Dredd, Beeny and Rico arrive in Camp 5, expecting more
atrocities as it has the highest death rate of all. However, they are greeted
by singing
mutants, a thriving education system and a well-equipped hospital. Only
the diseased swamp prevents an apparent mutant Utopia. This only makes
the judges more suspicious.
It is only when Dredd insists on staying the night that the camp
director becomes agitated.
Later he discusses calling “it” off with one of the medical staff.
It
seems Camp 5 has a dark secret after all…
CE : Dredd’s guilt-ridden
obsession with bringing justice to the mutant camps continues, and it’s
certainly proving an interesting plot.

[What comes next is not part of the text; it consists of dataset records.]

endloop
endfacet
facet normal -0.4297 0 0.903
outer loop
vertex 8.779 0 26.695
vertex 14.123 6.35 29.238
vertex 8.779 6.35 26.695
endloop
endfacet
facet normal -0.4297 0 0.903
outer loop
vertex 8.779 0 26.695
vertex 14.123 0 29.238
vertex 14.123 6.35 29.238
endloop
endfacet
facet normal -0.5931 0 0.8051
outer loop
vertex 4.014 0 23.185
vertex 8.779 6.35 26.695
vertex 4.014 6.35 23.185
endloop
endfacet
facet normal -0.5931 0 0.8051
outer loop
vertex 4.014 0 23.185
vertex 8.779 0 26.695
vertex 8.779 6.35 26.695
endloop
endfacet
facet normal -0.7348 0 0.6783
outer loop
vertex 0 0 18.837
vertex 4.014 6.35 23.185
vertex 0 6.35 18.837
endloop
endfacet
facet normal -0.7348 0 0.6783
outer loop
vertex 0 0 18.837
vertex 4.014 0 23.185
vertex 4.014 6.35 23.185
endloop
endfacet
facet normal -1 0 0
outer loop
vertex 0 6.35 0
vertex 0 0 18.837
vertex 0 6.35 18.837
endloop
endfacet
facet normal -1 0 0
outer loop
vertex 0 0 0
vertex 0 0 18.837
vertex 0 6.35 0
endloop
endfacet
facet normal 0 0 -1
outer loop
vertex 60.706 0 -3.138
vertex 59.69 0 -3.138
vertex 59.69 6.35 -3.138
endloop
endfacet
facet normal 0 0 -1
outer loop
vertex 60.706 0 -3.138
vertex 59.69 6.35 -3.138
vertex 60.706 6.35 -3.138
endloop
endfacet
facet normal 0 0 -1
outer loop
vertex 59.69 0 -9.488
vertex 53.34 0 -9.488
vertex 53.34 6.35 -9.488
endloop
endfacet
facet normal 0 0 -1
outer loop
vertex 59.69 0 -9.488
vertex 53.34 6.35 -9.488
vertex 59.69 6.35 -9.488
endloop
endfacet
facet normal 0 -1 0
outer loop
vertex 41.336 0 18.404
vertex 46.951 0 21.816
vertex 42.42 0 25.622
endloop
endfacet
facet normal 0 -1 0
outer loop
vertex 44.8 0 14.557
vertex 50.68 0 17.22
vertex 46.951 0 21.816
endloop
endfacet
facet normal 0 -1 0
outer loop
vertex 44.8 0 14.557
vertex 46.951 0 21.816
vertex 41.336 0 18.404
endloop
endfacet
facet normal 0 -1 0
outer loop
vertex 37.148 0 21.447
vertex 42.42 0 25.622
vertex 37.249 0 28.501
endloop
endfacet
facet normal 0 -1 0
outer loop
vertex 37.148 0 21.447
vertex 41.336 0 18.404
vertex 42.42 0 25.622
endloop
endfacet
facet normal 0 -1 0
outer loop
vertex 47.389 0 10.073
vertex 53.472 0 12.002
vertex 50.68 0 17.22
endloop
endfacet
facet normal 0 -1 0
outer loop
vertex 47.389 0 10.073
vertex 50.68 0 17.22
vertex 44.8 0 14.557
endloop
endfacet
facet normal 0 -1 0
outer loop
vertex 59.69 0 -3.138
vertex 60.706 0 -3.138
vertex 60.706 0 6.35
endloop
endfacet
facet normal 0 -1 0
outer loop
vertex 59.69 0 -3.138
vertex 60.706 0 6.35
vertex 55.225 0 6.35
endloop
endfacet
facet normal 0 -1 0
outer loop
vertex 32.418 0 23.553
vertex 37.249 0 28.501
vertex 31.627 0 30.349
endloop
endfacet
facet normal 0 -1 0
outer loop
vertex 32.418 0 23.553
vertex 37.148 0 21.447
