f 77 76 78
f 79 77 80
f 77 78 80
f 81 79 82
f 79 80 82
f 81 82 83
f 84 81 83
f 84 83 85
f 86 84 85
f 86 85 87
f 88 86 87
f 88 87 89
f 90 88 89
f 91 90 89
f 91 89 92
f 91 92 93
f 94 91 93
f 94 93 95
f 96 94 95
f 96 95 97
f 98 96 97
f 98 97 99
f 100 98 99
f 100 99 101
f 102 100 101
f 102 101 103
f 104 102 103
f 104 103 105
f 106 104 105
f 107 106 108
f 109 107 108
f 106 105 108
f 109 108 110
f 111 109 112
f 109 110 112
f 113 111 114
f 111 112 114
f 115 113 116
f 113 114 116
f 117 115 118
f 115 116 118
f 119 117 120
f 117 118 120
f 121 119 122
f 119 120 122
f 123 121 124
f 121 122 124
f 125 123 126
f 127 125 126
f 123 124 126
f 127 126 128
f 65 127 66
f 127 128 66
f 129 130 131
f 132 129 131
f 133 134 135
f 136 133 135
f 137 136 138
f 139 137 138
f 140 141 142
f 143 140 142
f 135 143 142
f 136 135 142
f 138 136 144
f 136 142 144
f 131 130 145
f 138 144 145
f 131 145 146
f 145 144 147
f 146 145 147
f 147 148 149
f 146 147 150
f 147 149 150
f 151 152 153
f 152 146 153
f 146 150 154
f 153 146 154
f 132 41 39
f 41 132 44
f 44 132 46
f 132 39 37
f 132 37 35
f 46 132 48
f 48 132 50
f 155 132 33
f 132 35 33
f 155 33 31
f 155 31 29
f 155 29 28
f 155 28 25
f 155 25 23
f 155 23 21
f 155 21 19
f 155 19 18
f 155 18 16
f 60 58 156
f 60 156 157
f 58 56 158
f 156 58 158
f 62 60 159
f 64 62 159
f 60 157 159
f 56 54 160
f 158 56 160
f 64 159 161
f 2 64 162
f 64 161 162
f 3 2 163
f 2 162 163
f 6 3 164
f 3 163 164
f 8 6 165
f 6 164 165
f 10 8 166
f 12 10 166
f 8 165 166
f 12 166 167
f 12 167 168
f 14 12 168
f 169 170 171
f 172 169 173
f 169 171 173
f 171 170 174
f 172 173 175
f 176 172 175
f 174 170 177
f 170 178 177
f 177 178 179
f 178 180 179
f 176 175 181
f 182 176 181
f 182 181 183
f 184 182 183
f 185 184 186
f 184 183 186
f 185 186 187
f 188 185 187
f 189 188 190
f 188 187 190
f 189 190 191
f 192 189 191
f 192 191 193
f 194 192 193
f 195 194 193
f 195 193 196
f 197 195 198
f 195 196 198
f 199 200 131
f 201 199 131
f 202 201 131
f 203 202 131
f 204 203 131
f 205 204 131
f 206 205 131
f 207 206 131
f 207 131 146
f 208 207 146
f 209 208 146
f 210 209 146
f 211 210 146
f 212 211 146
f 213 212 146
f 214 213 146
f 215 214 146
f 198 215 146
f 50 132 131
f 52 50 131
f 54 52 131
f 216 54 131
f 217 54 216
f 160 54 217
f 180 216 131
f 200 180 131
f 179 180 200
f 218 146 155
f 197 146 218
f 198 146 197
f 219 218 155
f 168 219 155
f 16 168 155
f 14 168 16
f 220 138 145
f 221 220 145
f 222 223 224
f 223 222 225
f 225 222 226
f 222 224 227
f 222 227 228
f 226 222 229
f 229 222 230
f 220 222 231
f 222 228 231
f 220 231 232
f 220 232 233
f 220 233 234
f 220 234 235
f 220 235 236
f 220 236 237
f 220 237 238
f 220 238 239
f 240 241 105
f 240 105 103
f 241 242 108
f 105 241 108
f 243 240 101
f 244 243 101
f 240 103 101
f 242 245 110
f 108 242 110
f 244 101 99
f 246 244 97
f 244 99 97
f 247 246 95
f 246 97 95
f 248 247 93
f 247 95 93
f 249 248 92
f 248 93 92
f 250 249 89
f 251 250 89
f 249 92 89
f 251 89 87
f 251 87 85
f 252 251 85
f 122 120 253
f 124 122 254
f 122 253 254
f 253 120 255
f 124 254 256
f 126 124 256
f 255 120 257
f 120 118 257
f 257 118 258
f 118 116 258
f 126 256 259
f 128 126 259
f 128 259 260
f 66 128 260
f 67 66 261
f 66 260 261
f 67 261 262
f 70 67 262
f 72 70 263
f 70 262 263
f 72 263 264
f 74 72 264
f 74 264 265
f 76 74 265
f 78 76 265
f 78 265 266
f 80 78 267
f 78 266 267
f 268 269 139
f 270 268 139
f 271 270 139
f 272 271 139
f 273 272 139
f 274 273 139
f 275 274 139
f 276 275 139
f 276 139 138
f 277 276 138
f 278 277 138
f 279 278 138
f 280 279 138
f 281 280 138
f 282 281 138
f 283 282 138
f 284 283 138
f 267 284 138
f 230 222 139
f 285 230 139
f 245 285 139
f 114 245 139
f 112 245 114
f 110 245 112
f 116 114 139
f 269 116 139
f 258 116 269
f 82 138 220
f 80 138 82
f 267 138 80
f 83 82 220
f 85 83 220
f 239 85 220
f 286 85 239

The first page of this strip says it all
about how the camps turned out that way, going from a wordless montage of the
Judges coming across abuses to an accountant annoyed at how much Dredd is costing
them. It’s also nice to see Wagner & MacNeil
bringing Beeny over from the Meg.
The main plot has a pretty fundamental
problem: we know from previous stories that if everything looks happy and nice,
something dodgy is going on. Even the characters know this, immediately focusing
on the mysterious death rate. It does lead to an interesting side-effect of the
strip building tension while nothing bad is happening on-panel or being hinted
at. Wagner is playing off the fact that we know something has to be going on,
and for me it’s working quite
well.
BC: I don't think anyone believes
the secret behind Mutant Camp 5 is that it hides a Willy-Wonka-style factory
of lemonade rivers and gingerbread forests - the picture in the very first frame
of people-parts being boiled in a pot and someone in prison stripes fighting
rats as wardens look on helps fuel guesses as to what the secret might be.
This
episode is solid groundwork for something bigger, yet offers little at this stage
beyond whetting the appetite for the reveal still to come, helped by solid artwork
from the ever-reliable Colin MacNeil - although Chris Blythe's muted colouring
deserves an honourable mention. Suggesting Wagner is merely on form is seen as
criticism by most, but shouldn't be - this is good writing that will likely reward
patience as Wagner's slow-burners often do, interspersed with some nice character
touches on Dredd himself that might slip past those who buy into the myth that
he's a purely surface character lacking depth, rather the deliberately impenetrable
icon he's become of late.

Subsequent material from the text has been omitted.